见她默不作声,关映竹以为她暗自神伤,准备拖着乌星河一块离去,让她一个人静静。
“师妹,要不你还是先休息吧。”
“嗯。”
林水月跟个没事人一样卧下,等男女主一走,她立即掀开被子头也不回地往外跑。
比起所谓的尴尬,她更在乎温时雪还在不在,她可不想又花功夫去找人。
推开门,只见背着一把乌剑的他静静立于暗色的树荫下,白衣白发被风吹的翻飞,一言不发地半仰着头。
似乎是在专心看花,却又安静得不像话。
这间小院只有一棵古桃树,人间三月,百花盛开,桃树的枝叶在青石地面投下斑驳的树影。
林水月几步走进院落,正想叫温时雪,就在此时,一阵春风刮来,吹落的花瓣随着风吹的方向,漩涡般的被卷进身后的房间。
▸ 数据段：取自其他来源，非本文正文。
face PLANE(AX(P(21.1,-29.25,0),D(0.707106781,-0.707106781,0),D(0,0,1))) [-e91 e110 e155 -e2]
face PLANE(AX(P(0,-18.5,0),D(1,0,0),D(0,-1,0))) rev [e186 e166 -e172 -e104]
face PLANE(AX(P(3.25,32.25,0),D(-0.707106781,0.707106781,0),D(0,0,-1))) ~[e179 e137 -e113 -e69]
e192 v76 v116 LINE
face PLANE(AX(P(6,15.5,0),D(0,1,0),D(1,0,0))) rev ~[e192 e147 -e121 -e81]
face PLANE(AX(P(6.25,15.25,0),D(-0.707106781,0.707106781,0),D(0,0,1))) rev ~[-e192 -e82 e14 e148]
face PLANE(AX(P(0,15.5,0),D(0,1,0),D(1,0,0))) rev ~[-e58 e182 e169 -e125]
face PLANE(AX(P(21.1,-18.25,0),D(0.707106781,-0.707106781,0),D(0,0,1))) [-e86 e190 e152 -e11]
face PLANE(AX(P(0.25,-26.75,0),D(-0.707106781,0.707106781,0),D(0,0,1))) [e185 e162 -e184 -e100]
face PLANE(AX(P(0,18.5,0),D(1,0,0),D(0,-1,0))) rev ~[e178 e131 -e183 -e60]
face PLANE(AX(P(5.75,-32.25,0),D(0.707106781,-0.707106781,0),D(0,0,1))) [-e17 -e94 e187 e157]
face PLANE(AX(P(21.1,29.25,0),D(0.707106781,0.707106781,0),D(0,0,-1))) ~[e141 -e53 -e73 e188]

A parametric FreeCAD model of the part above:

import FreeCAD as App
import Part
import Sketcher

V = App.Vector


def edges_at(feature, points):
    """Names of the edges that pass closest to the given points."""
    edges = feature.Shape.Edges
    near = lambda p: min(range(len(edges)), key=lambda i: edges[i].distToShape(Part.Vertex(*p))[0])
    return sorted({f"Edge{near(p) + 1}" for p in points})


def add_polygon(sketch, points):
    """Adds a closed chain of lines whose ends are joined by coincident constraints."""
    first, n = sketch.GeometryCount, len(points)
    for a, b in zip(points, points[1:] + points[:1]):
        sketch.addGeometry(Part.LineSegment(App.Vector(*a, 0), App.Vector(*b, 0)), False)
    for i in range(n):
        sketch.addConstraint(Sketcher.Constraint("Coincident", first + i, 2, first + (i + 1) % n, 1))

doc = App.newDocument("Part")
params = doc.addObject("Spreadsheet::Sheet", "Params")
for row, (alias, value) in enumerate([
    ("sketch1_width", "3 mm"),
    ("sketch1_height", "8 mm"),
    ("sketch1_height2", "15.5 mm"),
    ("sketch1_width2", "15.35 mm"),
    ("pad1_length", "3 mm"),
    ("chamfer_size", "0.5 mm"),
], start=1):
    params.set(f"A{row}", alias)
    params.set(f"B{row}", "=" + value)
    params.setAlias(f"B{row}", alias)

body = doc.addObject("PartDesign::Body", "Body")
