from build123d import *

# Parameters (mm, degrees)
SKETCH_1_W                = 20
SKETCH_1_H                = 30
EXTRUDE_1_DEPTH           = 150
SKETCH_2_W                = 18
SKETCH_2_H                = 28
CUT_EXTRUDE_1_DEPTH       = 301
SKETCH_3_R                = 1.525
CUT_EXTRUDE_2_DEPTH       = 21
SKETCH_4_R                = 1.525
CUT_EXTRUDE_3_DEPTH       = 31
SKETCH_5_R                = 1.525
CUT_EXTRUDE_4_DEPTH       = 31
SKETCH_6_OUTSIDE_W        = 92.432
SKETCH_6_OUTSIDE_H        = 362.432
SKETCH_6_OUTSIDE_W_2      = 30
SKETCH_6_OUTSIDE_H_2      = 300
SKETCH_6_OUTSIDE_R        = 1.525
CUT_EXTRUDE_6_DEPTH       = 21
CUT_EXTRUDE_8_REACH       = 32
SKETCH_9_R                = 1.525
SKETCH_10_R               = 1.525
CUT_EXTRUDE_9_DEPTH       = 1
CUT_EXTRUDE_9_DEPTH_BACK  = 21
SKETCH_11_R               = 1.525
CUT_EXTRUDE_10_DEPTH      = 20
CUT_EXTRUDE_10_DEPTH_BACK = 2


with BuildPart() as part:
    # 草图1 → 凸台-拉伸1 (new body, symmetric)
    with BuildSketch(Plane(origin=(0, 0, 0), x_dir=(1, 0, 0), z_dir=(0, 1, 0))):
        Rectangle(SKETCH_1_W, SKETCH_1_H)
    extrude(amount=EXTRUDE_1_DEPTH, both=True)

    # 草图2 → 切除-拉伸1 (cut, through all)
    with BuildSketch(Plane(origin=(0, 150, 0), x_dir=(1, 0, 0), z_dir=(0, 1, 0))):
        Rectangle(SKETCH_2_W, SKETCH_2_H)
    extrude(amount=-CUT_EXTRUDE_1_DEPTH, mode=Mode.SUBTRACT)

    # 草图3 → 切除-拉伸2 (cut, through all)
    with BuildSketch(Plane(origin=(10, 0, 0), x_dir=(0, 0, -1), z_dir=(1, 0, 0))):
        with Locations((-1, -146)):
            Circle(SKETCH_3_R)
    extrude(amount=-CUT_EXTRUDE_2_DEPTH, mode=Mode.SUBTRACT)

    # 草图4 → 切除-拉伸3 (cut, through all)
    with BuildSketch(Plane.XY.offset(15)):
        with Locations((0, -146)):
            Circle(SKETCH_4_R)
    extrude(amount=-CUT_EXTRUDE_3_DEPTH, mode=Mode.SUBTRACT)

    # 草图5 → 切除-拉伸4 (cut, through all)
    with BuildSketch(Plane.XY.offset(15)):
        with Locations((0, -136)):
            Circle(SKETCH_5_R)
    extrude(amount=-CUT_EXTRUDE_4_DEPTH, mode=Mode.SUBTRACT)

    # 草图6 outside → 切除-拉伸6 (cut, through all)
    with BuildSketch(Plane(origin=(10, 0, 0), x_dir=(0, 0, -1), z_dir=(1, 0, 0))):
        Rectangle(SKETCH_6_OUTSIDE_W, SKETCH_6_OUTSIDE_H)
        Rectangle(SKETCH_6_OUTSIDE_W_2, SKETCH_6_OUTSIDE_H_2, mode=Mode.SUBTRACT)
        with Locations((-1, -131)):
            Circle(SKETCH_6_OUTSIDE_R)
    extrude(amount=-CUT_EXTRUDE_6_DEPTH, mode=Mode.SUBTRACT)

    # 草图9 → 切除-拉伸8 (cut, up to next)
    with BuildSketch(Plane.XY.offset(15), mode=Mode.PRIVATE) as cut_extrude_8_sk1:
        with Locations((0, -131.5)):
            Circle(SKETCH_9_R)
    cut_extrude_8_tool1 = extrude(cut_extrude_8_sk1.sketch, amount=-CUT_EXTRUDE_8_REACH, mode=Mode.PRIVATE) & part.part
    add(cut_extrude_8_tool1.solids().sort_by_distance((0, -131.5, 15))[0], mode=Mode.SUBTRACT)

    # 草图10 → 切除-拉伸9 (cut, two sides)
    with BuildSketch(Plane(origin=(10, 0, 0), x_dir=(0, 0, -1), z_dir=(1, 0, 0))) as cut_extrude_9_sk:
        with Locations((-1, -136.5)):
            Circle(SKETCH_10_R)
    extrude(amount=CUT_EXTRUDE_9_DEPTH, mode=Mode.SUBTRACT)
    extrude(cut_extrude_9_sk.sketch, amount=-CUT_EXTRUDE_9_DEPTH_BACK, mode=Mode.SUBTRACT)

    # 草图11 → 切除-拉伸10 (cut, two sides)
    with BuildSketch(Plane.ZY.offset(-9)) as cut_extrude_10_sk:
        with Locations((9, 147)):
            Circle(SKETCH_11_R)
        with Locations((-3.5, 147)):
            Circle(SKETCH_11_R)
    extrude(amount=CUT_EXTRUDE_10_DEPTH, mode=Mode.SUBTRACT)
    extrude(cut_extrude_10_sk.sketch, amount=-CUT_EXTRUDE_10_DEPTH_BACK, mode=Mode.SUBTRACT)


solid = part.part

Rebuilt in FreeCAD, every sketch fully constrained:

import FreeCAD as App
import Part
import Sketcher
from FreeCAD import Vector


def add_polygon(sketch, points):
    """Adds a closed chain of lines whose ends are joined by coincident constraints."""
    first, n = sketch.GeometryCount, len(points)
    for a, b in zip(points, points[1:] + points[:1]):
        sketch.addGeometry(Part.LineSegment(App.Vector(*a, 0), App.Vector(*b, 0)), False)
    for i in range(n):
        sketch.addConstraint(Sketcher.Constraint("Coincident", first + i, 2, first + (i + 1) % n, 1))

doc = App.newDocument("Part")
params = doc.addObject("Spreadsheet::Sheet", "Params")
for row, (alias, value) in enumerate([
    ("sketch1_width", "20 mm"),
    ("sketch1_height", "30 mm"),
    ("pad1_length", "300 mm"),
    ("sketch2_width", "18 mm"),
    ("sketch2_height", "28 mm"),
    ("sketch3_diameter", "3.05 mm"),
    ("sketch4_diameter", "3.05 mm"),
    ("sketch5_diameter", "3.05 mm"),
    ("sketch6_diameter", "3.05 mm"),
    ("sketch6_width", "300 mm"),
    ("sketch6_height", "30 mm"),
    ("sketch7_diameter", "3.05 mm"),
    ("sketch8_diameter", "3.05 mm"),
    ("sketch9_diameter", "3.05 mm"),
], start=1):
    params.set(f"A{row}", alias)
    params.set(f"B{row}", "=" + value)
    params.setAlias(f"B{row}", alias)

body = doc.addObject("PartDesign::Body", "Body")

sketch1 = body.newObject("Sketcher::SketchObject", "Sketch")
sketch1.AttachmentSupport = (doc.getObject("XZ_Plane"), [""])
sketch1.MapMode = "FlatFace"
add_polygon(sketch1, [(-10, -15), (-10, 15), (10, 15), (10, -15)])
sketch1.addConstraint(Sketcher.Constraint("Vertical", 0))
sketch1.addConstraint(Sketcher.Constraint("Horizontal", 1))
sketch1.addConstraint(Sketcher.Constraint("Vertical", 2))
sketch1.addConstraint(Sketcher.Constraint("Horizontal", 3))
sketch1.addConstraint(Sketcher.Constraint("Symmetric", 0, 2, 2, 2, -1, 1))
sketch1.addConstraint(Sketcher.Constraint("DistanceX", 1, 1, 1, 2, 20.0))
sketch1.addConstraint(Sketcher.Constraint("DistanceY", 0, 1, 0, 2, 30.0))
sketch1.setExpression("Constraints[9]", "Params.sketch1_width")
sketch1.setExpression("Constraints[10]", "Params.sketch1_height")
pad1 = body.newObject("PartDesign::Pad", "Pad")
pad1.Profile = sketch1
pad1.setExpression("Length", "Params.pad1_length")
pad1.Midplane = True

sketch2 = body.newObject("Sketcher::SketchObject", "Sketch001")
sketch2.AttachmentSupport = (doc.getObject("XZ_Plane"), [""])
sketch2.MapMode = "FlatFace"
sketch2.AttachmentOffset = App.Placement(Vector(0, 0, -150), App.Rotation())
add_polygon(sketch2, [(-9, -14), (-9, 14), (9, 14), (9, -14)])
sketch2.addConstraint(Sketcher.Constraint("Vertical", 0))
sketch2.addConstraint(Sketcher.Constraint("Horizontal", 1))
sketch2.addConstraint(Sketcher.Constraint("Vertical", 2))
sketch2.addConstraint(Sketcher.Constraint("Horizontal", 3))
sketch2.addConstraint(Sketcher.Constraint("Symmetric", 0, 2, 2, 2, -1, 1))
sketch2.addConstraint(Sketcher.Constraint("DistanceX", 1, 1, 1, 2, 18.0))
sketch2.addConstraint(Sketcher.Constraint("DistanceY", 0, 1, 0, 2, 28.0))
sketch2.setExpression("Constraints[9]", "Params.sketch2_width")
sketch2.setExpression("Constraints[10]", "Params.sketch2_height")
pocket1 = body.newObject("PartDesign::Pocket", "Pocket")
pocket1.Profile = sketch2
pocket1.Type = "ThroughAll"
pocket1.Reversed = True

sketch3 = body.newObject("Sketcher::SketchObject", "Sketch002")
sketch3.AttachmentSupport = (doc.getObject("YZ_Plane"), [""])
sketch3.MapMode = "FlatFace"
sketch3.AttachmentOffset = App.Placement(Vector(0, 0, 10), App.Rotation())
sketch3.addGeometry(Part.Circle(Vector(-146, 1, 0), Vector(0, 0, 1), 1.525), False)
sketch3.addConstraint(Sketcher.Constraint("Diameter", 0, 3.05))
sketch3.addConstraint(Sketcher.Constraint("DistanceX", 0, 3, -1, 1, 146.0))
sketch3.addConstraint(Sketcher.Constraint("DistanceY", -1, 1, 0, 3, 1.0))
sketch3.setExpression("Constraints[0]", "Params.sketch3_diameter")
pocket2 = body.newObject("PartDesign::Pocket", "Pocket001")
pocket2.Profile = sketch3
pocket2.Type = "ThroughAll"

sketch4 = body.newObject("Sketcher::SketchObject", "Sketch003")
sketch4.AttachmentSupport = (doc.getObject("XY_Plane"), [""])
sketch4.MapMode = "FlatFace"
sketch4.AttachmentOffset = App.Placement(Vector(0, 0, 15), App.Rotation())
sketch4.addGeometry(Part.Circle(Vector(0, -146, 0), Vector(0, 0, 1), 1.525), False)
sketch4.addConstraint(Sketcher.Constraint("PointOnObject", 0, 3, -2))
sketch4.addConstraint(Sketcher.Constraint("Diameter", 0, 3.05))
sketch4.addConstraint(Sketcher.Constraint("DistanceY", 0, 3, -1, 1, 146.0))
sketch4.setExpression("Constraints[1]", "Params.sketch4_diameter")
pocket3 = body.newObject("PartDesign::Pocket", "Pocket002")
pocket3.Profile = sketch4
pocket3.Type = "ThroughAll"

sketch5 = body.newObject("Sketcher::SketchObject", "Sketch004")
sketch5.AttachmentSupport = (doc.getObject("XY_Plane"), [""])
sketch5.MapMode = "FlatFace"
sketch5.AttachmentOffset = App.Placement(Vector(0, 0, 15), App.Rotation())
sketch5.addGeometry(Part.Circle(Vector(0, -136, 0), Vector(0, 0, 1), 1.525), False)
sketch5.addConstraint(Sketcher.Constraint("PointOnObject", 0, 3, -2))
sketch5.addConstraint(Sketcher.Constraint("Diameter", 0, 3.05))
sketch5.addConstraint(Sketcher.Constraint("DistanceY", 0, 3, -1, 1, 136.0))
sketch5.setExpression("Constraints[1]", "Params.sketch5_diameter")
pocket4 = body.newObject("PartDesign::Pocket", "Pocket003")
pocket4.Profile = sketch5
pocket4.Type = "ThroughAll"

sketch6 = body.newObject("Sketcher::SketchObject", "Sketch005")
sketch6.AttachmentSupport = (doc.getObject("YZ_Plane"), [""])
sketch6.MapMode = "FlatFace"
sketch6.AttachmentOffset = App.Placement(Vector(0, 0, 10), App.Rotation())
add_polygon(sketch6, [(181.216, 46.216), (-181.216, 46.216), (-181.216, -46.216), (181.216, -46.216)])
add_polygon(sketch6, [(-150, -15), (-150, 15), (150, 15), (150, -15)])
sketch6.addGeometry(Part.Circle(Vector(-131, 1, 0), Vector(0, 0, 1), 1.525), False)
sketch6.addConstraint(Sketcher.Constraint("Horizontal", 0))
sketch6.addConstraint(Sketcher.Constraint("Vertical", 1))
sketch6.addConstraint(Sketcher.Constraint("Horizontal", 2))
sketch6.addConstraint(Sketcher.Constraint("Vertical", 3))
sketch6.addConstraint(Sketcher.Constraint("Vertical", 4))
sketch6.addConstraint(Sketcher.Constraint("Horizontal", 5))
sketch6.addConstraint(Sketcher.Constraint("Vertical", 6))
sketch6.addConstraint(Sketcher.Constraint("Horizontal", 7))
sketch6.addConstraint(Sketcher.Constraint("Symmetric", 0, 2, 2, 2, -1, 1))
sketch6.addConstraint(Sketcher.Constraint("Symmetric", 4, 2, 6, 2, -1, 1))
sketch6.addConstraint(Sketcher.Constraint("Diameter", 8, 3.05))
sketch6.addConstraint(Sketcher.Constraint("DistanceX", 5, 1, 5, 2, 300.0))
sketch6.addConstraint(Sketcher.Constraint("DistanceY", 4, 1, 4, 2, 30.0))
sketch6.addConstraint(Sketcher.Constraint("DistanceX", 8, 3, -1, 1, 131.0))
sketch6.addConstraint(Sketcher.Constraint("DistanceY", -1, 1, 8, 3, 1.0))
sketch6.addConstraint(Sketcher.Constraint("DistanceX", 0, 2, 0, 1, 362.432))
sketch6.addConstraint(Sketcher.Constraint("DistanceY", 1, 2, 1, 1, 92.432))
sketch6.setExpression("Constraints[18]", "Params.sketch6_diameter")
sketch6.setExpression("Constraints[19]", "Params.sketch6_width")
sketch6.setExpression("Constraints[20]", "Params.sketch6_height")
pocket5 = body.newObject("PartDesign::Pocket", "Pocket004")
pocket5.Profile = sketch6
pocket5.Type = "ThroughAll"

sketch7 = body.newObject("Sketcher::SketchObject", "Sketch006")
sketch7.AttachmentSupport = (doc.getObject("XY_Plane"), [""])
sketch7.MapMode = "FlatFace"
sketch7.AttachmentOffset = App.Placement(Vector(0, 0, 15), App.Rotation())
sketch7.addGeometry(Part.Circle(Vector(0, -131.5, 0), Vector(0, 0, 1), 1.525), False)
sketch7.addConstraint(Sketcher.Constraint("PointOnObject", 0, 3, -2))
sketch7.addConstraint(Sketcher.Constraint("Diameter", 0, 3.05))
sketch7.addConstraint(Sketcher.Constraint("DistanceY", 0, 3, -1, 1, 131.5))
sketch7.setExpression("Constraints[1]", "Params.sketch7_diameter")
pocket6 = body.newObject("PartDesign::Pocket", "Pocket005")
pocket6.Profile = sketch7
pocket6.Type = "UpToFirst"

sketch8 = body.newObject("Sketcher::SketchObject", "Sketch007")
sketch8.AttachmentSupport = (doc.getObject("YZ_Plane"), [""])
sketch8.MapMode = "FlatFace"
sketch8.AttachmentOffset = App.Placement(Vector(0, 0, 10), App.Rotation())
sketch8.addGeometry(Part.Circle(Vector(-136.5, 1, 0), Vector(0, 0, 1), 1.525), False)
sketch8.addConstraint(Sketcher.Constraint("Diameter", 0, 3.05))
sketch8.addConstraint(Sketcher.Constraint("DistanceY", -1, 1, 0, 3, 1.0))
sketch8.addConstraint(Sketcher.Constraint("DistanceX", 0, 3, -1, 1, 136.5))
sketch8.setExpression("Constraints[0]", "Params.sketch8_diameter")
pocket7 = body.newObject("PartDesign::Pocket", "Pocket006")
pocket7.Profile = sketch8
pocket7.Type = "ThroughAll"
pocket7.Midplane = True

sketch9 = body.newObject("Sketcher::SketchObject", "Sketch008")
sketch9.AttachmentSupport = (doc.getObject("YZ_Plane"), [""])
sketch9.MapMode = "FlatFace"
sketch9.AttachmentOffset = App.Placement(Vector(0, 0, 9), App.Rotation())
sketch9.addGeometry(Part.Circle(Vector(147, 9, 0), Vector(0, 0, 1), 1.525), False)
sketch9.addGeometry(Part.Circle(Vector(147, -3.5, 0), Vector(0, 0, 1), 1.525), False)
sketch9.addConstraint(Sketcher.Constraint("Equal", 0, 1))
sketch9.addConstraint(Sketcher.Constraint("Vertical", 0, 3, 1, 3))
sketch9.addConstraint(Sketcher.Constraint("Diameter", 0, 3.05))
sketch9.addConstraint(Sketcher.Constraint("DistanceX", -1, 1, 0, 3, 147.0))
sketch9.addConstraint(Sketcher.Constraint("DistanceY", -1, 1, 0, 3, 9.0))
sketch9.addConstraint(Sketcher.Constraint("DistanceY", 1, 3, -1, 1, 3.5))
sketch9.setExpression("Constraints[2]", "Params.sketch9_diameter")
pocket8 = body.newObject("PartDesign::Pocket", "Pocket007")
pocket8.Profile = sketch9
pocket8.Type = "ThroughAll"
pocket8.Midplane = True

doc.recompute()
为避免花瓣飘进眼里,林水月下意识地伸手用淡绿色的衣袖挡住视线。
待风稍停,林水月眨了眨眼睛,发现身前之人不见踪迹,再一转身,发现他已近在咫尺。
不足半米的距离。
林水月毫无准备,踉跄地退后半步,一下子没站稳,即将摔倒的前一秒,是身后的石凳送来一个支撑点。
温时雪坐在对面,单手撑着脸颊,阳光下,他颈间的银丝随风轻轻晃动,位于左侧脖颈处时隐时现的暗红色咒印更为扎眼。
“说起来,我好像还不知道你的名字。”
他的语速轻慢,语调上扬,颇具逗趣意味,但是内容很正常。
因为太过正常,以至于林水月开始微微一怔,直到视线飘来几片浅粉色花瓣,淡淡清香拉回她的神识。